**Description of the task:** Among the entries below, one line contains "v40 (-15.5,14,0)" and another contains "v45 (-25,9,3)". Transcribe those two lines and every line between them, exactly.
Given data Start Marker
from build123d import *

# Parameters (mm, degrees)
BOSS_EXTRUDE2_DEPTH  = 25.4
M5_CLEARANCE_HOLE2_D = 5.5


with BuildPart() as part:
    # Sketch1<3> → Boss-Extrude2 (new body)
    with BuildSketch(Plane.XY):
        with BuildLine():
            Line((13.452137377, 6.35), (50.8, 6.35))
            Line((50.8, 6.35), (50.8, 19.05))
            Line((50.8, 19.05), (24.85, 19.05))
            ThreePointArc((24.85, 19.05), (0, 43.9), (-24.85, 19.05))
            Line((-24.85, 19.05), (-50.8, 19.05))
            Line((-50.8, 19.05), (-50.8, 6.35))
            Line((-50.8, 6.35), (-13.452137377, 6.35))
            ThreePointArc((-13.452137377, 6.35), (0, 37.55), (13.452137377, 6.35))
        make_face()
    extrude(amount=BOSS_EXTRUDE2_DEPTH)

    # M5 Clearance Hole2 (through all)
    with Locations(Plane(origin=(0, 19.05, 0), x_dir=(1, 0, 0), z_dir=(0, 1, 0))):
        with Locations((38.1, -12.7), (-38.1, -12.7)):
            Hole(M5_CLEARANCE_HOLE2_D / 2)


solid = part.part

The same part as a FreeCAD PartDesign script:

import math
import FreeCAD as App
import Part
import Sketcher
from FreeCAD import Vector
Q = App.Units.Quantity

doc = App.newDocument("Part")
body = doc.addObject("PartDesign::Body", "Body")

sketch1 = body.newObject("Sketcher::SketchObject", "Sketch")
sketch1.AttachmentSupport = (doc.getObject("XY_Plane"), [""])
sketch1.MapMode = "FlatFace"
sketch1.addGeometry(Part.LineSegment(Vector(13.452137, 6.35, 0), Vector(50.8, 6.35, 0)), False)
sketch1.addGeometry(Part.LineSegment(Vector(50.8, 6.35, 0), Vector(50.8, 19.05, 0)), False)
sketch1.addGeometry(Part.LineSegment(Vector(50.8, 19.05, 0), Vector(24.85, 19.05, 0)), False)
sketch1.addGeometry(Part.ArcOfCircle(Part.Circle(Vector(0, 19.05, 0), Vector(0, 0, 1), 24.85), math.radians(0), math.radians(180)), False)
sketch1.addGeometry(Part.LineSegment(Vector(-24.85, 19.05, 0), Vector(-50.8, 19.05, 0)), False)
sketch1.addGeometry(Part.LineSegment(Vector(-50.8, 19.05, 0), Vector(-50.8, 6.35, 0)), False)
sketch1.addGeometry(Part.LineSegment(Vector(-50.8, 6.35, 0), Vector(-13.452137, 6.35, 0)), False)
sketch1.addGeometry(Part.ArcOfCircle(Part.Circle(Vector(0, 19.05, 0), Vector(0, 0, 1), 18.5), math.radians(-43.352623), math.radians(223.352623)), False)
sketch1.addConstraint(Sketcher.Constraint("Coincident", 0, 2, 1, 1))
sketch1.addConstraint(Sketcher.Constraint("Coincident", 1, 2, 2, 1))
sketch1.addConstraint(Sketcher.Constraint("Coincident", 2, 2, 3, 1))
sketch1.addConstraint(Sketcher.Constraint("Coincident", 3, 2, 4, 1))
sketch1.addConstraint(Sketcher.Constraint("Coincident", 4, 2, 5, 1))
sketch1.addConstraint(Sketcher.Constraint("Coincident", 5, 2, 6, 1))
sketch1.addConstraint(Sketcher.Constraint("Coincident", 6, 2, 7, 2))
sketch1.addConstraint(Sketcher.Constraint("Coincident", 7, 1, 0, 1))
sketch1.addConstraint(Sketcher.Constraint("Horizontal", 0))
sketch1.addConstraint(Sketcher.Constraint("Vertical", 1))
sketch1.addConstraint(Sketcher.Constraint("Horizontal", 2))
sketch1.addConstraint(Sketcher.Constraint("Horizontal", 4))
sketch1.addConstraint(Sketcher.Constraint("Vertical", 5))
sketch1.addConstraint(Sketcher.Constraint("Horizontal", 6))
sketch1.addConstraint(Sketcher.Constraint("Coincident", 7, 3, 3, 3))
sketch1.addConstraint(Sketcher.Constraint("Symmetric", 2, 2, 3, 2, -2))
sketch1.addConstraint(Sketcher.Constraint("Symmetric", 0, 2, 5, 2, -2))
sketch1.addConstraint(Sketcher.Constraint("Horizontal", 7, 3, 1, 2))
sketch1.addConstraint(Sketcher.Constraint("Radius", 7, Q("18.5 mm")))
sketch1.addConstraint(Sketcher.Constraint("Radius", 3, Q("24.85 mm")))
sketch1.addConstraint(Sketcher.Constraint("DistanceY", 1, 1, 1, 2, Q("12.7 mm")))
sketch1.addConstraint(Sketcher.Constraint("DistanceX", 2, 2, 2, 1, Q("25.95 mm")))
sketch1.addConstraint(Sketcher.Constraint("DistanceY", -1, 1, 3, 3, Q("19.05 mm")))
pad1 = body.newObject("PartDesign::Pad", "Pad")
pad1.Profile = sketch1
pad1.Length = 25.4

sketch2 = body.newObject("Sketcher::SketchObject", "Sketch001")
sketch2.AttachmentSupport = (doc.getObject("XZ_Plane"), [""])
sketch2.MapMode = "FlatFace"
sketch2.AttachmentOffset = App.Placement(Vector(0, 0, -19.05), App.Rotation())
sketch2.addGeometry(Part.Circle(Vector(38.1, 12.7, 0), Vector(0, 0, 1), 2.75), False)
sketch2.addGeometry(Part.Circle(Vector(-38.1, 12.7, 0), Vector(0, 0, 1), 2.75), False)
sketch2.addConstraint(Sketcher.Constraint("Equal", 0, 1))
sketch2.addConstraint(Sketcher.Constraint("Symmetric", 0, 3, 1, 3, -2))
sketch2.addConstraint(Sketcher.Constraint("Diameter", 0, Q("5.5 mm")))
sketch2.addConstraint(Sketcher.Constraint("DistanceX", -1, 1, 0, 3, Q("38.1 mm")))
sketch2.addConstraint(Sketcher.Constraint("DistanceY", -1, 1, 0, 3, Q("12.7 mm")))
doc.recompute()
hole = body.newObject("PartDesign::Hole", "Hole")
hole.Profile = sketch2
hole.ThreadType = "None"
hole.Diameter = 5.5
hole.DepthType = "ThroughAll"
hole.Reversed = True

doc.recompute()
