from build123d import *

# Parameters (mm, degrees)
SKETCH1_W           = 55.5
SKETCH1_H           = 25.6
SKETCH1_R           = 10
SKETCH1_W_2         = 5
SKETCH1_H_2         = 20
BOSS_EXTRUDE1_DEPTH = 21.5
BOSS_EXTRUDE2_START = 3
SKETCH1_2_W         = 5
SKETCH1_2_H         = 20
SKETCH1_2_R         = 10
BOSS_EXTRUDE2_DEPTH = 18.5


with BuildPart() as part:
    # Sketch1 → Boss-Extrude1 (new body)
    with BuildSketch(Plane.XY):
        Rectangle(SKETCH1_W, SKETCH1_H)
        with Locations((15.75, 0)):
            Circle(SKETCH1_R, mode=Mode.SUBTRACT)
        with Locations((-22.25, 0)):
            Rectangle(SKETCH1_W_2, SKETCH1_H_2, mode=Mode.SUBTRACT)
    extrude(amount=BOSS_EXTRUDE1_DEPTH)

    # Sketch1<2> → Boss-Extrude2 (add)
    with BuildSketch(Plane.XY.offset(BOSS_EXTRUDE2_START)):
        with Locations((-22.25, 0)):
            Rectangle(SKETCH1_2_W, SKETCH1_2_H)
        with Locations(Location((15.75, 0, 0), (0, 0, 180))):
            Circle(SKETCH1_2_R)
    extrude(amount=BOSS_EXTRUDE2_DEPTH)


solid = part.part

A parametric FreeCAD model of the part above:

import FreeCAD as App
import Part
import Sketcher

V = App.Vector
Q = App.Units.Quantity


def add_polygon(sketch, points):
    """Adds a closed chain of lines whose ends are joined by coincident constraints."""
    first, n = sketch.GeometryCount, len(points)
    for a, b in zip(points, points[1:] + points[:1]):
        sketch.addGeometry(Part.LineSegment(App.Vector(*a, 0), App.Vector(*b, 0)), False)
    for i in range(n):
        sketch.addConstraint(Sketcher.Constraint("Coincident", first + i, 2, first + (i + 1) % n, 1))

doc = App.newDocument("Part")
body = doc.addObject("PartDesign::Body", "Body")

# Sketch on XY plane
sketch1 = doc.addObject("Sketcher::SketchObject", "Sketch")
body.addObject(sketch1)
sketch1.AttachmentSupport = (doc.XY_Plane, [""])
sketch1.MapMode = "FlatFace"
add_polygon(sketch1, [(-28, 13), (-28, -13), (28, -13), (28, 13)])  # lines 0-3
add_polygon(sketch1, [(-20, -10), (-25, -10), (-25, 10), (-20, 10)])  # lines 4-7
sketch1.addGeometry(Part.Circle(V(16, 0, 0), V(0, 0, 1), 10), False)  # 8
sketch1.addConstraint([
    Sketcher.Constraint("Vertical", 0),
    Sketcher.Constraint("Horizontal", 1),
    Sketcher.Constraint("Vertical", 2),
    Sketcher.Constraint("Horizontal", 3),
    Sketcher.Constraint("Horizontal", 4),
    Sketcher.Constraint("Vertical", 5),
    Sketcher.Constraint("Horizontal", 6),
    Sketcher.Constraint("Vertical", 7),
    Sketcher.Constraint("Symmetric", 0, 2, 2, 2, -1, 1),
    Sketcher.Constraint("PointOnObject", 8, 3, -1),
    Sketcher.Constraint("Diameter", 8, Q("20 mm")),
    Sketcher.Constraint("DistanceX", 4, 2, 4, 1, Q("5 mm")),
    Sketcher.Constraint("DistanceY", 5, 1, 5, 2, Q("20 mm")),
    Sketcher.Constraint("DistanceX", 1, 1, 1, 2, Q("55.5 mm")),
    Sketcher.Constraint("DistanceY", 0, 2, 0, 1, Q("25.6 mm")),
    Sketcher.Constraint("DistanceY", 4, 2, -1, 1, Q("10 mm")),
    Sketcher.Constraint("DistanceX", 8, 3, 1, 2, Q("12 mm")),
    Sketcher.Constraint("DistanceX", 0, 2, 4, 2, Q("3 mm")),
])
pad1 = doc.addObject("PartDesign::Pad", "Pad")
body.addObject(pad1)
pad1.Profile = sketch1
pad1.Length = 21.5

# Sketch on XY plane
sketch2 = doc.addObject("Sketcher::SketchObject", "Sketch001")
body.addObject(sketch2)
sketch2.AttachmentSupport = (doc.XY_Plane, [""])
sketch2.MapMode = "FlatFace"
sketch2.AttachmentOffset = App.Placement(V(0, 0, 3), App.Rotation())
add_polygon(sketch2, [(-25, 10), (-25, -10), (-20, -10), (-20, 10)])  # lines 0-3
sketch2.addGeometry(Part.Circle(V(16, 0, 0), V(0, 0, 1), 10), False)  # 4
sketch2.addConstraint([
    Sketcher.Constraint("Vertical", 0),
    Sketcher.Constraint("Horizontal", 1),
    Sketcher.Constraint("Vertical", 2),
    Sketcher.Constraint("Horizontal", 3),
    Sketcher.Constraint("PointOnObject", 4, 3, -1),
    Sketcher.Constraint("Diameter", 4, Q("20 mm")),
    Sketcher.Constraint("DistanceX", 1, 1, 1, 2, Q("5 mm")),
    Sketcher.Constraint("DistanceY", 0, 2, 0, 1, Q("20 mm")),
    Sketcher.Constraint("DistanceY", 0, 2, -1, 1, Q("10 mm")),
    Sketcher.Constraint("DistanceX", 0, 2, 4, 3, Q("40.5 mm")),
    Sketcher.Constraint("DistanceX", -1, 1, 4, 3, Q("15.75 mm")),
])
pad2 = doc.addObject("PartDesign::Pad", "Pad001")
body.addObject(pad2)
pad2.Profile = sketch2
pad2.Length = 18.5

doc.recompute()
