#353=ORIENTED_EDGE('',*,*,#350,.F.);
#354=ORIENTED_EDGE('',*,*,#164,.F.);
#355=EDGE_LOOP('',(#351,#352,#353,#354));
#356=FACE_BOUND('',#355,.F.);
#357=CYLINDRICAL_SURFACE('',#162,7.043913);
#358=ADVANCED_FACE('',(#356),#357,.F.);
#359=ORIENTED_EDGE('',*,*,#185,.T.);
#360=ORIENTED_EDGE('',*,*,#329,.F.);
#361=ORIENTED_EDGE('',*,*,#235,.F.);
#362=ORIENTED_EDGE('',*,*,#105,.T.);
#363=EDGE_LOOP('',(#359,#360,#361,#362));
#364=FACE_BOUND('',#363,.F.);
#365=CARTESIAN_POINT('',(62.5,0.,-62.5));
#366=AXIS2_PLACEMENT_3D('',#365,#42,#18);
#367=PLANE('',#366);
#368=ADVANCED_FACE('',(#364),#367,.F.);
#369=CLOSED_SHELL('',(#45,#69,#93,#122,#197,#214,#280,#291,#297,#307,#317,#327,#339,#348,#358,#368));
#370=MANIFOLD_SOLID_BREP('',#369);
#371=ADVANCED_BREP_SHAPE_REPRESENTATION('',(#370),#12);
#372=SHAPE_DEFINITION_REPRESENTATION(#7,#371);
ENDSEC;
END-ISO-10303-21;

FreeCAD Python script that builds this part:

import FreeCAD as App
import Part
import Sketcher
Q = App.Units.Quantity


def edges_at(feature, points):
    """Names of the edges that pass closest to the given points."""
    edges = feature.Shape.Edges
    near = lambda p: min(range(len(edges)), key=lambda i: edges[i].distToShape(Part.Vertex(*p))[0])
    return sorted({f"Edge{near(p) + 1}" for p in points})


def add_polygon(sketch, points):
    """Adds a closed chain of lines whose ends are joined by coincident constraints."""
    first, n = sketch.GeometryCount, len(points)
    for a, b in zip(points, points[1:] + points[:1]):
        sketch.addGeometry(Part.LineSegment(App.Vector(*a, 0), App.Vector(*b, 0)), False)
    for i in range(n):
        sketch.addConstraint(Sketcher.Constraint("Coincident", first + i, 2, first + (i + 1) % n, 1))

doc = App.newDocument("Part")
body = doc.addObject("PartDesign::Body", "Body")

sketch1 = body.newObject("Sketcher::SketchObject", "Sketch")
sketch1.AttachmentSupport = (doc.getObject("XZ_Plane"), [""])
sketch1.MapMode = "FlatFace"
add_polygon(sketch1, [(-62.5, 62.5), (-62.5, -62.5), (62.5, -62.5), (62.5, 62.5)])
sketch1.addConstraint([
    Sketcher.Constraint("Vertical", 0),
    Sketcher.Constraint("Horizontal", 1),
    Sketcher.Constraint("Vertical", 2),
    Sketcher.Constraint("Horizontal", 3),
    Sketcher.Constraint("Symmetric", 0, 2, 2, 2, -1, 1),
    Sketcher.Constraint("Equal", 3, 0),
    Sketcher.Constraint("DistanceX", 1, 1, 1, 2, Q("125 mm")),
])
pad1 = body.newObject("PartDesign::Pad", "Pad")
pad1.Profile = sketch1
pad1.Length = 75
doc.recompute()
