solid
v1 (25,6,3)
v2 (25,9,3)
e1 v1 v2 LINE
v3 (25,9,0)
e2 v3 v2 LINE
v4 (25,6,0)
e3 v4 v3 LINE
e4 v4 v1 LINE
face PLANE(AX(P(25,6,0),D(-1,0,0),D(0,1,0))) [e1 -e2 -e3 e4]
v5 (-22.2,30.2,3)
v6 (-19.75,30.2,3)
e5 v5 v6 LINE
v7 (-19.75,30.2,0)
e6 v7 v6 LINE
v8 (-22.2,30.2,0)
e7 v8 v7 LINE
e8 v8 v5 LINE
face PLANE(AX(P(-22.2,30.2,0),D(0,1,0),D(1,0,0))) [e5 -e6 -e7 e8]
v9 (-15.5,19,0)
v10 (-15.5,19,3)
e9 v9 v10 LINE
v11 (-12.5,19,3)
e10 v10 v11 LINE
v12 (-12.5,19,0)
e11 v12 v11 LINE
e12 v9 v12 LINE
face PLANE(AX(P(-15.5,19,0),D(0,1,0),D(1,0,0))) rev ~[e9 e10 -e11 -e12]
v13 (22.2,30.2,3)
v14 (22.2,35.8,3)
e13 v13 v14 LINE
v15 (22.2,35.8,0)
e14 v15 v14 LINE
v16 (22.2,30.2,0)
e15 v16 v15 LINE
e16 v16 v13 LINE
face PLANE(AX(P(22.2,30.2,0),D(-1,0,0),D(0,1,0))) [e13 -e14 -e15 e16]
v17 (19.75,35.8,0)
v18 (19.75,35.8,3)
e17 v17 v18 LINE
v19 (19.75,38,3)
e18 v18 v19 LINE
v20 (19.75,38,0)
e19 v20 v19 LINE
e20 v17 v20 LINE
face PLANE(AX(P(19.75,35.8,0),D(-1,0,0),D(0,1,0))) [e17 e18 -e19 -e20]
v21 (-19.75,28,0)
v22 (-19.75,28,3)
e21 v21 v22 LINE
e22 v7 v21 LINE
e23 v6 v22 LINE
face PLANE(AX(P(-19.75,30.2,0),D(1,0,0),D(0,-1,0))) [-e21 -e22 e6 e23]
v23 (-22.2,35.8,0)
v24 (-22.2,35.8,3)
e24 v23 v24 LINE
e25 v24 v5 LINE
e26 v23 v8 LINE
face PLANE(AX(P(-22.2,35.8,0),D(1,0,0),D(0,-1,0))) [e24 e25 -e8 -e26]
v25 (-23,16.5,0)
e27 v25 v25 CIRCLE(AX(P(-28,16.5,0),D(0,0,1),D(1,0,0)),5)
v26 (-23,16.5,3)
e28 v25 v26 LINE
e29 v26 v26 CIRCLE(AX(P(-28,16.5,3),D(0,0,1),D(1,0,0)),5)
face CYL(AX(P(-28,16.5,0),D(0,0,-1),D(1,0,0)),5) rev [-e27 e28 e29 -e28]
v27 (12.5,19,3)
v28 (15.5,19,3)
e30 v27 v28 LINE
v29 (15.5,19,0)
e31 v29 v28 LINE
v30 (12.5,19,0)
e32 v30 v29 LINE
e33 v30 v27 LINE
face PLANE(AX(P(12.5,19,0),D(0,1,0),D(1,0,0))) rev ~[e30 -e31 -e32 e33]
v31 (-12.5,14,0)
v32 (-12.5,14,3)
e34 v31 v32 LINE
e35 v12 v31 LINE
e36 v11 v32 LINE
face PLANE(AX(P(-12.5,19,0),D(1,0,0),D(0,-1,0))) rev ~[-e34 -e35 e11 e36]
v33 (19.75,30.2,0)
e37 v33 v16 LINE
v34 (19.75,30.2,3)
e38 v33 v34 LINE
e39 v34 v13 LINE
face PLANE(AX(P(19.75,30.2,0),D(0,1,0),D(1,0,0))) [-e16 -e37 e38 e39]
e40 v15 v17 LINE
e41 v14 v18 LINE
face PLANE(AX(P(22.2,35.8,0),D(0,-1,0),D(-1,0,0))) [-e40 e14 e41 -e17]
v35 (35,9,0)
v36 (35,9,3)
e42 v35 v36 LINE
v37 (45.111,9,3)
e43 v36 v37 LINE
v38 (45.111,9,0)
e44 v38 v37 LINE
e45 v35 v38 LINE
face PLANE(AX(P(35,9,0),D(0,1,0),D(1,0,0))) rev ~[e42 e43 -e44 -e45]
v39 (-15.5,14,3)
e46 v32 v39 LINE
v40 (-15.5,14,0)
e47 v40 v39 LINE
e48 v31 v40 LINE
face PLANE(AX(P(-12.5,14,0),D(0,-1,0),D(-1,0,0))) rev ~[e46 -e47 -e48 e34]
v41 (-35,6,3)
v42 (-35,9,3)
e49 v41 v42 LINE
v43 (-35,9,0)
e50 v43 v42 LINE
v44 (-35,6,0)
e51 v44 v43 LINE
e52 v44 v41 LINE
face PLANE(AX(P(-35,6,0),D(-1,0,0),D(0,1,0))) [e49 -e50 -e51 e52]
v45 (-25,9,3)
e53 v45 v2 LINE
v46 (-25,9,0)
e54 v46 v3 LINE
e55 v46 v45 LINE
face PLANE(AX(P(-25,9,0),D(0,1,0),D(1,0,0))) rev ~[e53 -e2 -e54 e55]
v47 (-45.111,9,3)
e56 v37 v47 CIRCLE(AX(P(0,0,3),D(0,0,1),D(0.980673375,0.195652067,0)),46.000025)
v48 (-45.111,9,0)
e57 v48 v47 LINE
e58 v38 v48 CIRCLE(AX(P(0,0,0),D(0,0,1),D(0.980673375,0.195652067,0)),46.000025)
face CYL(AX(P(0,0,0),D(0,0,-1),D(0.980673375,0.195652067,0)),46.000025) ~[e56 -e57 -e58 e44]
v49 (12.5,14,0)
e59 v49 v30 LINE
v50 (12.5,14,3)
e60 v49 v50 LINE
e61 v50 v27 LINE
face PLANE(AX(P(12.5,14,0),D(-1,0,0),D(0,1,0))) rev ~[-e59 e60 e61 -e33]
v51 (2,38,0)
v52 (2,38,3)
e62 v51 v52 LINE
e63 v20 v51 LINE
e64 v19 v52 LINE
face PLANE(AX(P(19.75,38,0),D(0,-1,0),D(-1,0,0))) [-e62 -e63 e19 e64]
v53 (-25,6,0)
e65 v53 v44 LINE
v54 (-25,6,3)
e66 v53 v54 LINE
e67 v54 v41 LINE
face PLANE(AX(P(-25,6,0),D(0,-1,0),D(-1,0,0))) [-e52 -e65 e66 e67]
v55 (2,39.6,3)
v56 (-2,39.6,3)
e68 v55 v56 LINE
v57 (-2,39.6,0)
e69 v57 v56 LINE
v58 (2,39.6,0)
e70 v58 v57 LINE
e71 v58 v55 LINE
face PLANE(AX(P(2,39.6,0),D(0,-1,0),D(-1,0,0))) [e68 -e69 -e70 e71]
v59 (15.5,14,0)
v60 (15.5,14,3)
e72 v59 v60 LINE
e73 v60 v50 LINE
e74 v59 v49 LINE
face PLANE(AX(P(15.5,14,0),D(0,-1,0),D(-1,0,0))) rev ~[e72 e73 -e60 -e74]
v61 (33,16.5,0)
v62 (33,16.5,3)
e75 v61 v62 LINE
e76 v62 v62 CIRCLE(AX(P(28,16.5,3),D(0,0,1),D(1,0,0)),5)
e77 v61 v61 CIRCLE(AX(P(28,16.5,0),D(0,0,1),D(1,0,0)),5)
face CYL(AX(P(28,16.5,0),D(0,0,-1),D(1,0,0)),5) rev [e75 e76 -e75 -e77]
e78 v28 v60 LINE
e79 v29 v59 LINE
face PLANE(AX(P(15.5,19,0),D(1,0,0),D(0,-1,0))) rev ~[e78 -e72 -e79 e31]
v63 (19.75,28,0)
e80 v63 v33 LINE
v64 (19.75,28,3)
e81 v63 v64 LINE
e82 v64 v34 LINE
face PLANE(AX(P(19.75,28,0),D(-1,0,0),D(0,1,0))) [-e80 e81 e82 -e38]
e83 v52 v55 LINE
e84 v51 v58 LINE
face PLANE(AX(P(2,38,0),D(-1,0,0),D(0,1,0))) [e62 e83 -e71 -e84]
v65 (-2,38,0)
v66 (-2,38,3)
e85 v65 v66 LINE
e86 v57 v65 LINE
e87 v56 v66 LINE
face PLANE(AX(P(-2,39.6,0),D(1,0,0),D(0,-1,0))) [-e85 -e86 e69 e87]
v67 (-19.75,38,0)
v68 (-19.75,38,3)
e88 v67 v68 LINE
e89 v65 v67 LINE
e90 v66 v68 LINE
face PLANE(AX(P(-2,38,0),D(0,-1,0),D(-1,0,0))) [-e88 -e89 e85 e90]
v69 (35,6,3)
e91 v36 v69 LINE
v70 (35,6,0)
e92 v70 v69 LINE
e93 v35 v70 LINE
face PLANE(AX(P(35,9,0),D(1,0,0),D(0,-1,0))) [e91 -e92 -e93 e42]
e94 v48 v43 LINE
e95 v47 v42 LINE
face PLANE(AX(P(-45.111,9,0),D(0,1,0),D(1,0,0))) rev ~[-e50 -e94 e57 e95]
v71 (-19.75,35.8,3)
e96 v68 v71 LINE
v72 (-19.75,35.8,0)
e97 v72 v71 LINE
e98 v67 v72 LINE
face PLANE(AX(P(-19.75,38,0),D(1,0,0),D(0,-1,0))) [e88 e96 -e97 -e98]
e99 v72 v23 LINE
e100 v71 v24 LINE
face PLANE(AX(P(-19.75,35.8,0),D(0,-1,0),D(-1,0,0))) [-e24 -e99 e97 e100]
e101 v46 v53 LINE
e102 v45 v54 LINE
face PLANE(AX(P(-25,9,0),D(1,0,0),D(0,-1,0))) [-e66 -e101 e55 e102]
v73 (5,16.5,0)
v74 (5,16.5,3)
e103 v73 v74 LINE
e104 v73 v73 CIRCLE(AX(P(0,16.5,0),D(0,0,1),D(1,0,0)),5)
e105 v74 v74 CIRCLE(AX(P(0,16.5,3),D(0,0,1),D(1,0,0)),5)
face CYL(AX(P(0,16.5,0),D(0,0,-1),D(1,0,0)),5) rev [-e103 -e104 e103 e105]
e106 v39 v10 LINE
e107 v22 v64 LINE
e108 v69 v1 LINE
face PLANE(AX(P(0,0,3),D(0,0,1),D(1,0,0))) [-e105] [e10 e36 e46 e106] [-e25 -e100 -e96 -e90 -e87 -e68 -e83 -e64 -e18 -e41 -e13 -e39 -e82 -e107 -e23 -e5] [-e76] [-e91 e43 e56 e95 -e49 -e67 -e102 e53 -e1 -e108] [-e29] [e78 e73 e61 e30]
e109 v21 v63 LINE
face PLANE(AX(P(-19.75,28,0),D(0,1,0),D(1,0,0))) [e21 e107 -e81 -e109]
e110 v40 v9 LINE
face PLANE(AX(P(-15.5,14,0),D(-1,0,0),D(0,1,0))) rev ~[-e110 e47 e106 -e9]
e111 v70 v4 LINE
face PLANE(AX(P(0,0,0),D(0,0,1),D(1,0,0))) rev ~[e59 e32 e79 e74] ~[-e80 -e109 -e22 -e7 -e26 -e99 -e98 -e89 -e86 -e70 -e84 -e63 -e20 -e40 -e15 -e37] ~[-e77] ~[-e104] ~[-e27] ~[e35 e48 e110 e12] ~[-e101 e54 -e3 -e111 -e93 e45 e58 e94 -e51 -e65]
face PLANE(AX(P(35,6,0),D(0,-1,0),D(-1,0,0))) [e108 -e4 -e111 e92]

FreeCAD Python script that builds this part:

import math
import FreeCAD as App
import Part
import Sketcher
Q = App.Units.Quantity


def add_polygon(sketch, points):
    """Adds a closed chain of lines whose ends are joined by coincident constraints."""
    first, n = sketch.GeometryCount, len(points)
    for a, b in zip(points, points[1:] + points[:1]):
        sketch.addGeometry(Part.LineSegment(App.Vector(*a, 0), App.Vector(*b, 0)), False)
    for i in range(n):
        sketch.addConstraint(Sketcher.Constraint("Coincident", first + i, 2, first + (i + 1) % n, 1))

doc = App.newDocument("Part")
body = doc.addObject("PartDesign::Body", "Body")

# Sketch on XY plane
sketch1 = body.newObject("Sketcher::SketchObject", "Sketch")
sketch1.AttachmentSupport = (doc.getObject("XY_Plane"), [""])
sketch1.MapMode = "FlatFace"
sketch1.addGeometry(Part.LineSegment(App.Vector(35, 9, 0), App.Vector(45.111, 9, 0)), False)  # 0
sketch1.addGeometry(Part.ArcOfCircle(Part.Circle(App.Vector(0, 0, 0), App.Vector(0, 0, 1), 46.000025), math.radians(11.282818), math.radians(168.717182)), False)  # 1
sketch1.addGeometry(Part.LineSegment(App.Vector(-45.111, 9, 0), App.Vector(-35, 9, 0)), False)  # 2
sketch1.addGeometry(Part.LineSegment(App.Vector(-35, 9, 0), App.Vector(-35, 6, 0)), False)  # 3
sketch1.addGeometry(Part.LineSegment(App.Vector(-35, 6, 0), App.Vector(-25, 6, 0)), False)  # 4
sketch1.addGeometry(Part.LineSegment(App.Vector(-25, 6, 0), App.Vector(-25, 9, 0)), False)  # 5
sketch1.addGeometry(Part.LineSegment(App.Vector(-25, 9, 0), App.Vector(25, 9, 0)), False)  # 6
sketch1.addGeometry(Part.LineSegment(App.Vector(25, 9, 0), App.Vector(25, 6, 0)), False)  # 7
sketch1.addGeometry(Part.LineSegment(App.Vector(25, 6, 0), App.Vector(35, 6, 0)), False)  # 8
sketch1.addGeometry(Part.LineSegment(App.Vector(35, 6, 0), App.Vector(35, 9, 0)), False)  # 9
sketch1.addGeometry(Part.Circle(App.Vector(-28, 16.5, 0), App.Vector(0, 0, 1), 5), False)  # 10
Given data End Marker
**Answer box:**
v40 (-15.5,14,0)
e47 v40 v39 LINE
e48 v31 v40 LINE
face PLANE(AX(P(-12.5,14,0),D(0,-1,0),D(-1,0,0))) rev ~[e46 -e47 -e48 e34]
v41 (-35,6,3)
v42 (-35,9,3)
e49 v41 v42 LINE
v43 (-35,9,0)
e50 v43 v42 LINE
v44 (-35,6,0)
e51 v44 v43 LINE
e52 v44 v41 LINE
face PLANE(AX(P(-35,6,0),D(-1,0,0),D(0,1,0))) [e49 -e50 -e51 e52]
v45 (-25,9,3)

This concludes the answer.